According to Don Hooton, Taylor had been told by his coach that he needed to bulk up if he was going to have a chance to be in his team's starting rotation. So Taylor went to the gym, where teammates introduced him to the secret of their workout regimens. They didn't even know the names of some of the substances, Don Hooton said, nor the proper way to use them.

They just injected themselves and pumped iron. That part of the story is what struck Hooton about Rodriguez's account of using boli and not even being sure what it was or whether he was using it properly.

Much has been made of denials by Rodriguez's coach, Rich Hofman, and high school teammate Doug Mientkiewicz that they had any knowledge or awareness of steroid use by Rodriguez. But Hooton's tale might shine a little light on that. Coaches who pressure young players to bulk up can unwittingly drive them to steroids, and a culture of such abuse wouldn't reflect well on other players, either.

That's why Hooton's foundation focuses on educating coaches as well as parents and athletes.

Taylor Hooton's behavior changed suddenly and noticeably, his father said. He wouldn't say what was wrong. Eventually, Taylor revealed the steroid use to a therapist. Soon after, he stopped taking the drugs.

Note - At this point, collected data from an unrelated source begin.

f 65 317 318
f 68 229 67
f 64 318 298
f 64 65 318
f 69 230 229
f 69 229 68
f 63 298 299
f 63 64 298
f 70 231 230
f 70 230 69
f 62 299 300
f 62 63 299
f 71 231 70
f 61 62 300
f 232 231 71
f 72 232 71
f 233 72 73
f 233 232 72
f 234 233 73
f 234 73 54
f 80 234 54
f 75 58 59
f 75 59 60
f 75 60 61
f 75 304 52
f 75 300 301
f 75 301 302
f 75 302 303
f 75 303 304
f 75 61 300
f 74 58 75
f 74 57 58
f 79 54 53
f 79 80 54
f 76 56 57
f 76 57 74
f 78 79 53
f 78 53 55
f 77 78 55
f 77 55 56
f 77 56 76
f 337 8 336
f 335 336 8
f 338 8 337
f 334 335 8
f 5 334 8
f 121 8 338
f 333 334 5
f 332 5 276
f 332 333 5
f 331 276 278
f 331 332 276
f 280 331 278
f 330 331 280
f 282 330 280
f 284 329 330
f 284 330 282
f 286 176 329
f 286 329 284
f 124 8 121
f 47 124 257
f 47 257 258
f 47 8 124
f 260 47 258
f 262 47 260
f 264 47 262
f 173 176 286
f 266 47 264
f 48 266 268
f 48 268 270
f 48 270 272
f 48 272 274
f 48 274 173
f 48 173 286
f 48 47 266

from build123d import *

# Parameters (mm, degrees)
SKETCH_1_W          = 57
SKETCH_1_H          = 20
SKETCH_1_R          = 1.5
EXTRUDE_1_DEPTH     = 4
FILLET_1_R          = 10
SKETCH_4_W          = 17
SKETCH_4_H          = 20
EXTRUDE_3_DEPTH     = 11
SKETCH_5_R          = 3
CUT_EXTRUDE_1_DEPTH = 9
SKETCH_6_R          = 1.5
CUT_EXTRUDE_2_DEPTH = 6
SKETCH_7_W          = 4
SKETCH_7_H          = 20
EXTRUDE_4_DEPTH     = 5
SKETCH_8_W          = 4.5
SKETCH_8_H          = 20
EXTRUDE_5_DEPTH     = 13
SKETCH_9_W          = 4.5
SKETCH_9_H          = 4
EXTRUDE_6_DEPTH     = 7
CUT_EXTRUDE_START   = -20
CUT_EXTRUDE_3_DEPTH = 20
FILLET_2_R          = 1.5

Soon after that, he was found dead.

Taylor Hooton was 17.

Steroid use causes the body to slow and eventually stop production of its own testosterone. That production doesn't start again the moment the steroids stop. So the body is left without the natural testosterone it needs. That can lead to depression and lethargy, especially in a 17-year-old boy.

When Congress held its hearings on steroids in baseball, it was easy to be skeptical of politicians who said they were all about saving young people. That smacked of political grandstanding. But listening to Don Hooton that day in Tampa, and looking into his eyes, was both heartbreaking and compelling.

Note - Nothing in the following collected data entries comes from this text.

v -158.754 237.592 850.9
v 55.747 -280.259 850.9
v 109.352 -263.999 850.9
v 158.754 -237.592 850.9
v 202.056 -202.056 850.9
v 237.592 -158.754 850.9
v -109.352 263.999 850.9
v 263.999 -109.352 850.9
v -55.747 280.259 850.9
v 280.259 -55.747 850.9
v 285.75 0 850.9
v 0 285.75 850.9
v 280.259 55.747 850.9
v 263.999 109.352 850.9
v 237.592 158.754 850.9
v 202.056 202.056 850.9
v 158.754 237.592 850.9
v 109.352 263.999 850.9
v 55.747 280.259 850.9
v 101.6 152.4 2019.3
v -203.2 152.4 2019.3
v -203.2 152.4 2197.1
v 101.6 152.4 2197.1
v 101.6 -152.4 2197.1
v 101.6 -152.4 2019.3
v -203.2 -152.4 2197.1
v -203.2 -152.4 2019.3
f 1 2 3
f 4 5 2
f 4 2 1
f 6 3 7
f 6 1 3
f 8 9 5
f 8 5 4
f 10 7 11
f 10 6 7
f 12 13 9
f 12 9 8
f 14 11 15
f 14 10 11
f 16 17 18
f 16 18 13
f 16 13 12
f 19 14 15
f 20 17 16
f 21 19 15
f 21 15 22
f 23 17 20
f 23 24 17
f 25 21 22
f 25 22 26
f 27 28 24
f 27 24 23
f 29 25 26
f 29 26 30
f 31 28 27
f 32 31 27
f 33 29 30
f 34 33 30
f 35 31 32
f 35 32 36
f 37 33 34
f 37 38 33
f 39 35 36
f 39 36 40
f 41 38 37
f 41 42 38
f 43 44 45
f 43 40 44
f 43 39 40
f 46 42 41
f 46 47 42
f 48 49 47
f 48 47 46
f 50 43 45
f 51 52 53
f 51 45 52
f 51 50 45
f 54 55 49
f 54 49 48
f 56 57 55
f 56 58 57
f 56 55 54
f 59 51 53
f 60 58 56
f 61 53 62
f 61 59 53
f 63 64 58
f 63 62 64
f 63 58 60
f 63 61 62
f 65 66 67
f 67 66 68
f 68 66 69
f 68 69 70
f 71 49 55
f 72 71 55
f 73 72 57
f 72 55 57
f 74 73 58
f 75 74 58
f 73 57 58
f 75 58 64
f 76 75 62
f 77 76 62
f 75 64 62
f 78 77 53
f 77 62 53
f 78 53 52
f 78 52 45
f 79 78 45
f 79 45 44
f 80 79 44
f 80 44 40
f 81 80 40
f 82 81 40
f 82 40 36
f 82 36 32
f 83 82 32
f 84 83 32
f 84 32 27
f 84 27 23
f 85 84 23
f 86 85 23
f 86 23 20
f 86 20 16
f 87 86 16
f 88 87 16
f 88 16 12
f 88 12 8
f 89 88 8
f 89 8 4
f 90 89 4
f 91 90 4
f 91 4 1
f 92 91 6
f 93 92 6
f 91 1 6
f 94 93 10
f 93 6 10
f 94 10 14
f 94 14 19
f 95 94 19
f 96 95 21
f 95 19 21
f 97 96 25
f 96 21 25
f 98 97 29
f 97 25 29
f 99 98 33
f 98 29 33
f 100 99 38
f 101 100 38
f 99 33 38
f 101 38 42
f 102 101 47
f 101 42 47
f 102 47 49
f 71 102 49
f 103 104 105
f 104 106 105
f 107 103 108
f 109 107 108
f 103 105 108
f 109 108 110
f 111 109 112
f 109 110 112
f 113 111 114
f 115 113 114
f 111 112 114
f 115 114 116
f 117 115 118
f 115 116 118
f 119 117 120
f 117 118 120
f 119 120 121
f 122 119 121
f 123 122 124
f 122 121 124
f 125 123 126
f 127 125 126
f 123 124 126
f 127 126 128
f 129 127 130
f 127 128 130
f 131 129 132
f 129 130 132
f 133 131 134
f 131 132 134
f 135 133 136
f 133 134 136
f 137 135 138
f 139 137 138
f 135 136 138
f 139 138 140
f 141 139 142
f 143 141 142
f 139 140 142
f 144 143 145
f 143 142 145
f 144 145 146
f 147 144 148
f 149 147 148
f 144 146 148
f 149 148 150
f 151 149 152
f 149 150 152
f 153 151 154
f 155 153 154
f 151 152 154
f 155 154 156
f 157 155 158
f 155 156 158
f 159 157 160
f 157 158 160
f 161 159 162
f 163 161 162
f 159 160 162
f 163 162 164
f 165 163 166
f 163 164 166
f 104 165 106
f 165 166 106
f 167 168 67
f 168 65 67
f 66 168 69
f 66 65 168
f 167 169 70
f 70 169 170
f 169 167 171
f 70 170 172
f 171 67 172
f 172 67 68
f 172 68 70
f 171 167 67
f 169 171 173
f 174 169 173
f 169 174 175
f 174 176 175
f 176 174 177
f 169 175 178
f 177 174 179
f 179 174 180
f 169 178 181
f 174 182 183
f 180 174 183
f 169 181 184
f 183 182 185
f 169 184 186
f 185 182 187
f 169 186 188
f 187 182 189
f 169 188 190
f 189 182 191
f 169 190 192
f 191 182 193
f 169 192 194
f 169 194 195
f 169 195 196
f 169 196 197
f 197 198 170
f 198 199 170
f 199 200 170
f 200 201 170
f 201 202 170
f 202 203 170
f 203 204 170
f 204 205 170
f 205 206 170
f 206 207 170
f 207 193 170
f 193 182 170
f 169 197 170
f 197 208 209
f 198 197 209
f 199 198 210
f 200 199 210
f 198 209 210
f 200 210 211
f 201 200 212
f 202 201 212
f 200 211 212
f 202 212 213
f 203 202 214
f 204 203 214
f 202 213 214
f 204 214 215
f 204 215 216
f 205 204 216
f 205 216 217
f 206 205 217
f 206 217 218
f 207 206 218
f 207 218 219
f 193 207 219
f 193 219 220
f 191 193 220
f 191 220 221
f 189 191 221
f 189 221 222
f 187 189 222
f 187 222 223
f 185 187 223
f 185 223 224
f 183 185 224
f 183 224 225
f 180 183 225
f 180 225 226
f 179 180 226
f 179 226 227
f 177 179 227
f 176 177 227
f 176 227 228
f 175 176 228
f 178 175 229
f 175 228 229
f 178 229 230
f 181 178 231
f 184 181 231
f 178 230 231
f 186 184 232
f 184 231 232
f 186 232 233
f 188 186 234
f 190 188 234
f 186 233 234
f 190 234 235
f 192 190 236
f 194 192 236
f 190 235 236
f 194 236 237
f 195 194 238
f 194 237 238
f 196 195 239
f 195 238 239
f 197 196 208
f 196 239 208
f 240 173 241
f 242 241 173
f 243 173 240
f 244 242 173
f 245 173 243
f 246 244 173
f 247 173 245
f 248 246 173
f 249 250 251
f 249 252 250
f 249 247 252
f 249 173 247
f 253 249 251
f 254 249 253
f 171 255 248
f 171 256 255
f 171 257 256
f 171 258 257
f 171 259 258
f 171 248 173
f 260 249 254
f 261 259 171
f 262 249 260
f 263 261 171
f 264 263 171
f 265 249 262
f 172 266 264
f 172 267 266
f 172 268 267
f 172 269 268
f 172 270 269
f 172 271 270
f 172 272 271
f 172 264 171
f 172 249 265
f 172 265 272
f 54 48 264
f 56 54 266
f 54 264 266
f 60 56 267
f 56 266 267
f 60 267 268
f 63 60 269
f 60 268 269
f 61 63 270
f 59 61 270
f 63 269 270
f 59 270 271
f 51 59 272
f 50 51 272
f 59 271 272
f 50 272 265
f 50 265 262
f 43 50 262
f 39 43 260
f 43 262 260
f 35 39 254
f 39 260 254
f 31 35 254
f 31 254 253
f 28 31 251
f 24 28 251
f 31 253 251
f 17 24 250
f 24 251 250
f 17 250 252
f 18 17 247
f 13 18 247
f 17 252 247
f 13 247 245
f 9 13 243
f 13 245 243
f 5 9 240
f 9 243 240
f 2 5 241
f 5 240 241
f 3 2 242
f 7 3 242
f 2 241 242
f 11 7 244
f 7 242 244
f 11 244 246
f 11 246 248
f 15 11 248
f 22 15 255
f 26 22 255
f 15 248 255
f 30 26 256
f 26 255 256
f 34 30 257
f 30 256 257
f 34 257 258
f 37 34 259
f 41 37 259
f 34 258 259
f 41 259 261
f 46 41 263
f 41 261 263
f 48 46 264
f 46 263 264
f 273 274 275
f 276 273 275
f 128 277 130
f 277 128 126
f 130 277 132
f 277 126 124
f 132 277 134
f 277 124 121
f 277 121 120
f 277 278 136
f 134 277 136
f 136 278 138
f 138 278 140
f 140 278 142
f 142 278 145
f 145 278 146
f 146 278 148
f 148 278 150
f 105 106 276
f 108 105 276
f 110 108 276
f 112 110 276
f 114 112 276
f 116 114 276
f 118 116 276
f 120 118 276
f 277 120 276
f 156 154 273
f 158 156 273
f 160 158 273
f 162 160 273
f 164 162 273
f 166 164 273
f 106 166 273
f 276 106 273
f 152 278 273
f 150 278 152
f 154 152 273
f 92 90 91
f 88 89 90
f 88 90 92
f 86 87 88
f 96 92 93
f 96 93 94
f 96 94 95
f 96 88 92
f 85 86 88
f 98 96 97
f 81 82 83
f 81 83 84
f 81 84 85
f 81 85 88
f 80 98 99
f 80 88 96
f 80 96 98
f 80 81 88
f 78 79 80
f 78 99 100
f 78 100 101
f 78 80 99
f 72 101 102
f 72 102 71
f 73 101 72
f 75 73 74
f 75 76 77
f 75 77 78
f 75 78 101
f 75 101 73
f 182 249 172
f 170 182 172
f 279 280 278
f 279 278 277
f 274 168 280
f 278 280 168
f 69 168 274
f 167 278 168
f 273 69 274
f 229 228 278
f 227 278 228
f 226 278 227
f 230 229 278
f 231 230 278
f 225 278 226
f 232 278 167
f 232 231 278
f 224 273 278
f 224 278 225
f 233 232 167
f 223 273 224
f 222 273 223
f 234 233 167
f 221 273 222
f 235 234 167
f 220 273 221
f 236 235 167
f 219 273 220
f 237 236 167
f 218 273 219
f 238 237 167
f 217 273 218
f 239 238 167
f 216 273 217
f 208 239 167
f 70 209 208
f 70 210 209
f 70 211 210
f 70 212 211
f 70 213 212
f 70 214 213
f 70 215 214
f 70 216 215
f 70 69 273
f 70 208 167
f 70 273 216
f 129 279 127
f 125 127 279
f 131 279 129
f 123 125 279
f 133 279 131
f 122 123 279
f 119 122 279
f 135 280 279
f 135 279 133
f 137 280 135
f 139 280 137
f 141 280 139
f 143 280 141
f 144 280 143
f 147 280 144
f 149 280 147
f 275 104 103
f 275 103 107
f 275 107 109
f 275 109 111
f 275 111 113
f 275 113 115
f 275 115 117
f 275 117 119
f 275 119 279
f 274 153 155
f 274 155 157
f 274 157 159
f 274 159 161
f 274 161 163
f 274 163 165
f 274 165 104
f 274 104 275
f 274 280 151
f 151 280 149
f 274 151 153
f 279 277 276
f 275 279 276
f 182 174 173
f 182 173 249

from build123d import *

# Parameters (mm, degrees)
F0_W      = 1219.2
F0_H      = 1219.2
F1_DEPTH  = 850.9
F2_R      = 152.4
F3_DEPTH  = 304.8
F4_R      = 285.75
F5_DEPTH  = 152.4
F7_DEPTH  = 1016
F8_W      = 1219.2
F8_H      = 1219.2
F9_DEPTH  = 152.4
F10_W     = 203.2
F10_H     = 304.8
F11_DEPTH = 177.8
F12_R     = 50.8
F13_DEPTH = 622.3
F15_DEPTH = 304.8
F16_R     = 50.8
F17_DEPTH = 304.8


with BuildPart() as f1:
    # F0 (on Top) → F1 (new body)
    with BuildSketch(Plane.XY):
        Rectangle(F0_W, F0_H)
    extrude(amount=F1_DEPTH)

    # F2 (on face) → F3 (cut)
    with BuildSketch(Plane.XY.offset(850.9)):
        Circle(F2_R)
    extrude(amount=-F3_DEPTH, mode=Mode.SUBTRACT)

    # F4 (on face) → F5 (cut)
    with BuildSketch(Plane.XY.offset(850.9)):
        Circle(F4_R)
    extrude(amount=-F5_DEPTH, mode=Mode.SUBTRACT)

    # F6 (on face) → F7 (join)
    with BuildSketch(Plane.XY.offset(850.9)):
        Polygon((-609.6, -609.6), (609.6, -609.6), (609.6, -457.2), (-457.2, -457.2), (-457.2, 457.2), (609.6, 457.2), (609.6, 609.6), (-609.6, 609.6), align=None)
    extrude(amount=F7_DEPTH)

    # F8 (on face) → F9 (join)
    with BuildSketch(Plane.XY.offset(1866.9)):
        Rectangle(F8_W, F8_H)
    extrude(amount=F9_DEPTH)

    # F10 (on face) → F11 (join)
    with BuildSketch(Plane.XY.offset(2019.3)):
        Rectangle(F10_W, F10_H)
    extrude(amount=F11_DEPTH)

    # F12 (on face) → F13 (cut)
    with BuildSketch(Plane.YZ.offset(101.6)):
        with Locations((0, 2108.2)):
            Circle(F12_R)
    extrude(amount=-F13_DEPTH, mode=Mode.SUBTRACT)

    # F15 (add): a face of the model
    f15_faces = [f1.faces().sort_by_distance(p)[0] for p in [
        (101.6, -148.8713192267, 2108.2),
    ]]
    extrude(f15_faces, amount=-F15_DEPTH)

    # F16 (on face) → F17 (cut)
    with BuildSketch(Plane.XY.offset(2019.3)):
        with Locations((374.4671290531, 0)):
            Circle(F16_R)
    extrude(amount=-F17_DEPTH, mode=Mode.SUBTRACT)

And that's why his face and his words are what stuck with me from that day. Amid all the spin and lying and cheating, Don Hooton was telling the brutal truth.

If the book is right, Rodriguez and Taylor Hooton were in similar places at one time. They were high school players wanting to get bigger and stronger in a hurry. They did what they heard would help them.

Taylor Hooton died.

Alex Rodriguez became the highest-paid player in the history of Major League Baseball.

Steroids helped each of them get where they were going.
Very well-written and very powerful, as I mentioned and alluded to above. Now whether or not, A-Rod did use steroids back in high school is not fully known, but one thing is for sure, Taylor Hooton did. And tragically, he is no longer with us because of it.

1 comment:

  1. Donald Hooton is full of sh+t. Steroids no more caused his son's suicide than Pop Tarts or the Three Stooges. He's looking to alleviate his guilt for his failures, real and/or imagined, as a father. Easy to scapegoat steroids and even easier to blame athletes who've taken them. But it' would have done Mr. Hooton's soul a whole lot more good to have pulled his head out of his arse and look in the mirror before he ran off to congress pointing fingers.